Show that if $A$ is a connected subset of a metric space $X$, then $\overline{A}$ is connected.
My approach: If $A$ is a connected subset of metric space $X$, then $\emptyset$ and $A$ are open and closed.
If $A=A^{\circ}$, then $A$ is open and if $A=\overline{A}$, then $A$ is closed. So,
$$A^{\circ}=\overline{A}^{\circ}\subset \overline{A}$$ $$\overline{A}=A\subset\overline{A}=A^{\circ}=\overline{A}^{\circ}\implies \overline{A}\subset\overline{A}^{\circ}$$
Then $\overline{A}=\overline{A}^{\circ}=A^{\circ}$, then $\overline{A}$ is open. And clearly, $\overline{A}$ is closed. So $\overline{A}$ is closed. This is correct?? Thanks!

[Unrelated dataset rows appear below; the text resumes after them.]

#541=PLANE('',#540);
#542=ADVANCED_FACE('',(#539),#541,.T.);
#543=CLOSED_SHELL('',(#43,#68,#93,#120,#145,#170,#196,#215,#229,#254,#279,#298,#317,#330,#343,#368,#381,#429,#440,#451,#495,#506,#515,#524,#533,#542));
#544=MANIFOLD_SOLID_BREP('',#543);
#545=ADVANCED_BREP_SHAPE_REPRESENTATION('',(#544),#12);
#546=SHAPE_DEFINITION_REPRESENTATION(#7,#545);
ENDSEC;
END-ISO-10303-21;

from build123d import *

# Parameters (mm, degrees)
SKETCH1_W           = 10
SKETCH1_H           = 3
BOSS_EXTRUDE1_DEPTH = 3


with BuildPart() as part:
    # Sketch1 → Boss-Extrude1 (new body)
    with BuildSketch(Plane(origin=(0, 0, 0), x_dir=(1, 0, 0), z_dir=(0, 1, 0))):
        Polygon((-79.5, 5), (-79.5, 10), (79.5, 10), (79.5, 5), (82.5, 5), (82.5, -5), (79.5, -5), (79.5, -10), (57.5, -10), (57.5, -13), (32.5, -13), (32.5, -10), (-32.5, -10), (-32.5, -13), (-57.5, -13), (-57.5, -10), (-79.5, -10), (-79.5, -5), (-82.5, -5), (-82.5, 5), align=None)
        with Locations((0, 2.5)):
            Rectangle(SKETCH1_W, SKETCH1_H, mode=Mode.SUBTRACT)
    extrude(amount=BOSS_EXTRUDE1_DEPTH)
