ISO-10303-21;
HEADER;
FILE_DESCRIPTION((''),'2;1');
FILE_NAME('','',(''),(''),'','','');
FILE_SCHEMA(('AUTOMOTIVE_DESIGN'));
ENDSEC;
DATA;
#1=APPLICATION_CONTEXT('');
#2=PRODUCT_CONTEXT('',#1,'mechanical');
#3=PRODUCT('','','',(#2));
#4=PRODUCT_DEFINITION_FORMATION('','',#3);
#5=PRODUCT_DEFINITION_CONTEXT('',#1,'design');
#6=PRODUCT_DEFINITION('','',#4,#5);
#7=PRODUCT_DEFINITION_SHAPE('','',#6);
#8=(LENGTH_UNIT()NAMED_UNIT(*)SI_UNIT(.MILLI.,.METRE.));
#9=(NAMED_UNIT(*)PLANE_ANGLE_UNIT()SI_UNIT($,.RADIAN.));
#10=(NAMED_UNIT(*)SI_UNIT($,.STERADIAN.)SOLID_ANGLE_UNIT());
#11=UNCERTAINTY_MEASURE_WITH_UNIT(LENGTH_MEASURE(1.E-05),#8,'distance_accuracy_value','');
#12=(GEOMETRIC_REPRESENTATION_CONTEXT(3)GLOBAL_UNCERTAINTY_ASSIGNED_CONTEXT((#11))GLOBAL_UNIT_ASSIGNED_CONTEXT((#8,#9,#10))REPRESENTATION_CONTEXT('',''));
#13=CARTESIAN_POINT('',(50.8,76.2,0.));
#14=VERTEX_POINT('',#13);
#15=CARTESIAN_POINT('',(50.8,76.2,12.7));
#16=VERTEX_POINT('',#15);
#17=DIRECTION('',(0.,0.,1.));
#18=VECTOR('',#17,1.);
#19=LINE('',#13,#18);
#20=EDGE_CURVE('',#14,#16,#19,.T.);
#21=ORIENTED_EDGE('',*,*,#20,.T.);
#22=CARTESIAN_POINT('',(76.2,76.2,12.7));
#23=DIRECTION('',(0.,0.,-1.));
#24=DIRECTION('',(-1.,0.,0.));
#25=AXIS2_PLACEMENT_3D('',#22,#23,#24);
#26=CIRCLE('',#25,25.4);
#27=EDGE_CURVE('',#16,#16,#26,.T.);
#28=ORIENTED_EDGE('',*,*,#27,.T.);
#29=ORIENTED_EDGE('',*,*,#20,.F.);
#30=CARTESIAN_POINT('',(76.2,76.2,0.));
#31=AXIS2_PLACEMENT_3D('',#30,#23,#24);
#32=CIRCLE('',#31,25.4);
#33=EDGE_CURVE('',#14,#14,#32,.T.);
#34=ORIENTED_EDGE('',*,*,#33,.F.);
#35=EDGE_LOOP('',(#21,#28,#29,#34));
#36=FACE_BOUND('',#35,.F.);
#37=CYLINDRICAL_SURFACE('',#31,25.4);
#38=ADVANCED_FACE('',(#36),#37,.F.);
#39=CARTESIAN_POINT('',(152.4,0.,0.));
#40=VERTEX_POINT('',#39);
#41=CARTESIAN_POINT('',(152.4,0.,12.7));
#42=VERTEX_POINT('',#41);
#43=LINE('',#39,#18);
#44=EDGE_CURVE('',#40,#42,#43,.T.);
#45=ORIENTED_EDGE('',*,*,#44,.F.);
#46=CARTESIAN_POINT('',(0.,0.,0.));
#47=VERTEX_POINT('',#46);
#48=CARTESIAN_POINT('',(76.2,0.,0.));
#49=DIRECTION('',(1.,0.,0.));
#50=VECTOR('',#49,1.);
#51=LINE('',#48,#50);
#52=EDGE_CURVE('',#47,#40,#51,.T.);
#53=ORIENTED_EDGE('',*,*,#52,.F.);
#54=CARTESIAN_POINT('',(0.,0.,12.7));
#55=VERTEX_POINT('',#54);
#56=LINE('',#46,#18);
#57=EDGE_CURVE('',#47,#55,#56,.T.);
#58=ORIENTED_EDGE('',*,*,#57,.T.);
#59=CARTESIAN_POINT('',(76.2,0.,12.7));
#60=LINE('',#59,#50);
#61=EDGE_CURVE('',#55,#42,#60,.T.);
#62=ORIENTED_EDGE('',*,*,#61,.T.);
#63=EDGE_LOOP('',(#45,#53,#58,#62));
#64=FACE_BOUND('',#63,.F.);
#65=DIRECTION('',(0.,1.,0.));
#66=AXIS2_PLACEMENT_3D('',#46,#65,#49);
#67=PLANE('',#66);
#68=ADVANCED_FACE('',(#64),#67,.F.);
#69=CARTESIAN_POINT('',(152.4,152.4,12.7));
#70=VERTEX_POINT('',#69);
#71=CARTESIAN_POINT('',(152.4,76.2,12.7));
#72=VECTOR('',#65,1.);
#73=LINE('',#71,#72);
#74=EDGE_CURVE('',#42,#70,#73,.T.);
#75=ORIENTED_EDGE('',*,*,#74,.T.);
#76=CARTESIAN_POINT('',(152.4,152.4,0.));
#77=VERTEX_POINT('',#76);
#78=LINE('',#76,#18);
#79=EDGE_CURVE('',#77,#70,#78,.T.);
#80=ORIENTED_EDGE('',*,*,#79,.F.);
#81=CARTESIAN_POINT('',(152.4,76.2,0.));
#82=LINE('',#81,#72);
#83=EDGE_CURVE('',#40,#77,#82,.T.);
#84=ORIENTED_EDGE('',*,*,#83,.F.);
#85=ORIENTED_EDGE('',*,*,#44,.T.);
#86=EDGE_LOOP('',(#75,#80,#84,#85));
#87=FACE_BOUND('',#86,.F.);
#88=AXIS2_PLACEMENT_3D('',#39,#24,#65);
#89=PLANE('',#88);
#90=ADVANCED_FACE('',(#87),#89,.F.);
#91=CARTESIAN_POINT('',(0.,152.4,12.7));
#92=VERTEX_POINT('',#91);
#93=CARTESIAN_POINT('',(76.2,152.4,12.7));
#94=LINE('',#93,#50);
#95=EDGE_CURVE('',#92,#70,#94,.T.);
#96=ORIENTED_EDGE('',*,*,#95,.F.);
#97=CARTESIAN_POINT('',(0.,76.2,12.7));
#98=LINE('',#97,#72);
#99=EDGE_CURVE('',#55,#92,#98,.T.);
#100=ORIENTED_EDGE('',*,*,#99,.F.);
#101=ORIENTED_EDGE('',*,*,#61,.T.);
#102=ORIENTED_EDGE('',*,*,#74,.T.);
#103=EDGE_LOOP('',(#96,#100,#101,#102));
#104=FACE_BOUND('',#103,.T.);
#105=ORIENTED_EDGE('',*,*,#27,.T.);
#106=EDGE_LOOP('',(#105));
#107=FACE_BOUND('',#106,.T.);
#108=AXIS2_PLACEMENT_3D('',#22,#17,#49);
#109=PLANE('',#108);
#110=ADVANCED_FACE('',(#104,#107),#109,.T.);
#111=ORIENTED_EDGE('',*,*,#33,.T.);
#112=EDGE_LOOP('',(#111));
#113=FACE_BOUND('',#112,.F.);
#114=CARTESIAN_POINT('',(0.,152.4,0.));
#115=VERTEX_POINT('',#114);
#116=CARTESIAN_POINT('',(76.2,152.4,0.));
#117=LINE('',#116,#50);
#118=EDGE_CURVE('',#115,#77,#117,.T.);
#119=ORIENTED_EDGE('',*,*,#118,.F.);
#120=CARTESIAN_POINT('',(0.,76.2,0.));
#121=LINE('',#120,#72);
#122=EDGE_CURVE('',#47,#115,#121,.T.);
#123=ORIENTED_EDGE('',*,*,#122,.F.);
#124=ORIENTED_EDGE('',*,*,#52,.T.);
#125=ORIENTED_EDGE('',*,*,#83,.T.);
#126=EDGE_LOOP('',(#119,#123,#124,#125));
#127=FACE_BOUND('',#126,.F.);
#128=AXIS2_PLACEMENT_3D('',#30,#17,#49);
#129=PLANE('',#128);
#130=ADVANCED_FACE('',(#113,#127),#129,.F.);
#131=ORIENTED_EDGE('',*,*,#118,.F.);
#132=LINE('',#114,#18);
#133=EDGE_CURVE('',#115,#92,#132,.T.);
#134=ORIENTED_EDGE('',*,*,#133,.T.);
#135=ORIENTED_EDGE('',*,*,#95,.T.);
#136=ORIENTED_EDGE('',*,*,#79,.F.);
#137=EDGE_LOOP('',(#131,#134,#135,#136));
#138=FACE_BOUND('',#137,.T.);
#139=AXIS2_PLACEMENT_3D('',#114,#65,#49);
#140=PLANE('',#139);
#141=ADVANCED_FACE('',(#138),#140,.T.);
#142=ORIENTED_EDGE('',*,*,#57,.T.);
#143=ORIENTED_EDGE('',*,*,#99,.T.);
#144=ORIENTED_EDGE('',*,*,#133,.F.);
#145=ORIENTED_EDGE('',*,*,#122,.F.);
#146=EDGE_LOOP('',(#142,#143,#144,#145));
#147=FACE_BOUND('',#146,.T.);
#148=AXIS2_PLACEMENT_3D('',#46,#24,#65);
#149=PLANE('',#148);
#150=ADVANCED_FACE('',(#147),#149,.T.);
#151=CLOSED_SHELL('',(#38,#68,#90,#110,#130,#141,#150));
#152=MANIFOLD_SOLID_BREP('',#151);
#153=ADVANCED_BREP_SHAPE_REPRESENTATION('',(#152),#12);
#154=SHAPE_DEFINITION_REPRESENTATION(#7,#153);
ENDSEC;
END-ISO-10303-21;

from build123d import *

# Parameters (mm, degrees)
SKETCH1_W           = 152.4
SKETCH1_H           = 152.4
BOSS_EXTRUDE1_DEPTH = 12.7
SKETCH2_R           = 25.4
CUT_EXTRUDE1_DEPTH  = 12.7


with BuildPart() as part:
    # Sketch1 → Boss-Extrude1 (new body)
    with BuildSketch(Plane.XY):
        with Locations((76.2, 76.2)):
            Rectangle(SKETCH1_W, SKETCH1_H)
    extrude(amount=BOSS_EXTRUDE1_DEPTH)

    # Sketch2 → Cut-Extrude1 (cut)
    with BuildSketch(Plane(origin=(0, 0, 0), x_dir=(-1, 0, 0), z_dir=(0, 0, -1))):
        with Locations((-76.2, 76.2)):
            Circle(SKETCH2_R)
    extrude(amount=-CUT_EXTRUDE1_DEPTH, mode=Mode.SUBTRACT)


solid = part.part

You have the definition of connected wrong. $A$ is connected iff its only clopen subsets (when it is considered a subspace) are itself and $\emptyset$.
Suppose $\bar A$ is not connected. Then there is nonempty, clopen (in $\bar A$) $B$ with $B\subsetneq\bar A$.
Then consider $C=B\cap A$.
Claim: $C\subsetneq A$ is nonempty and clopen in $A$.
$C$ is nonempty because $B\subset\bar A$ is open.
$C$ is clopen in $A$ because $B=U\cap \bar A$, where $U$ is clopen in $X$ (thus $C=U\cap A$).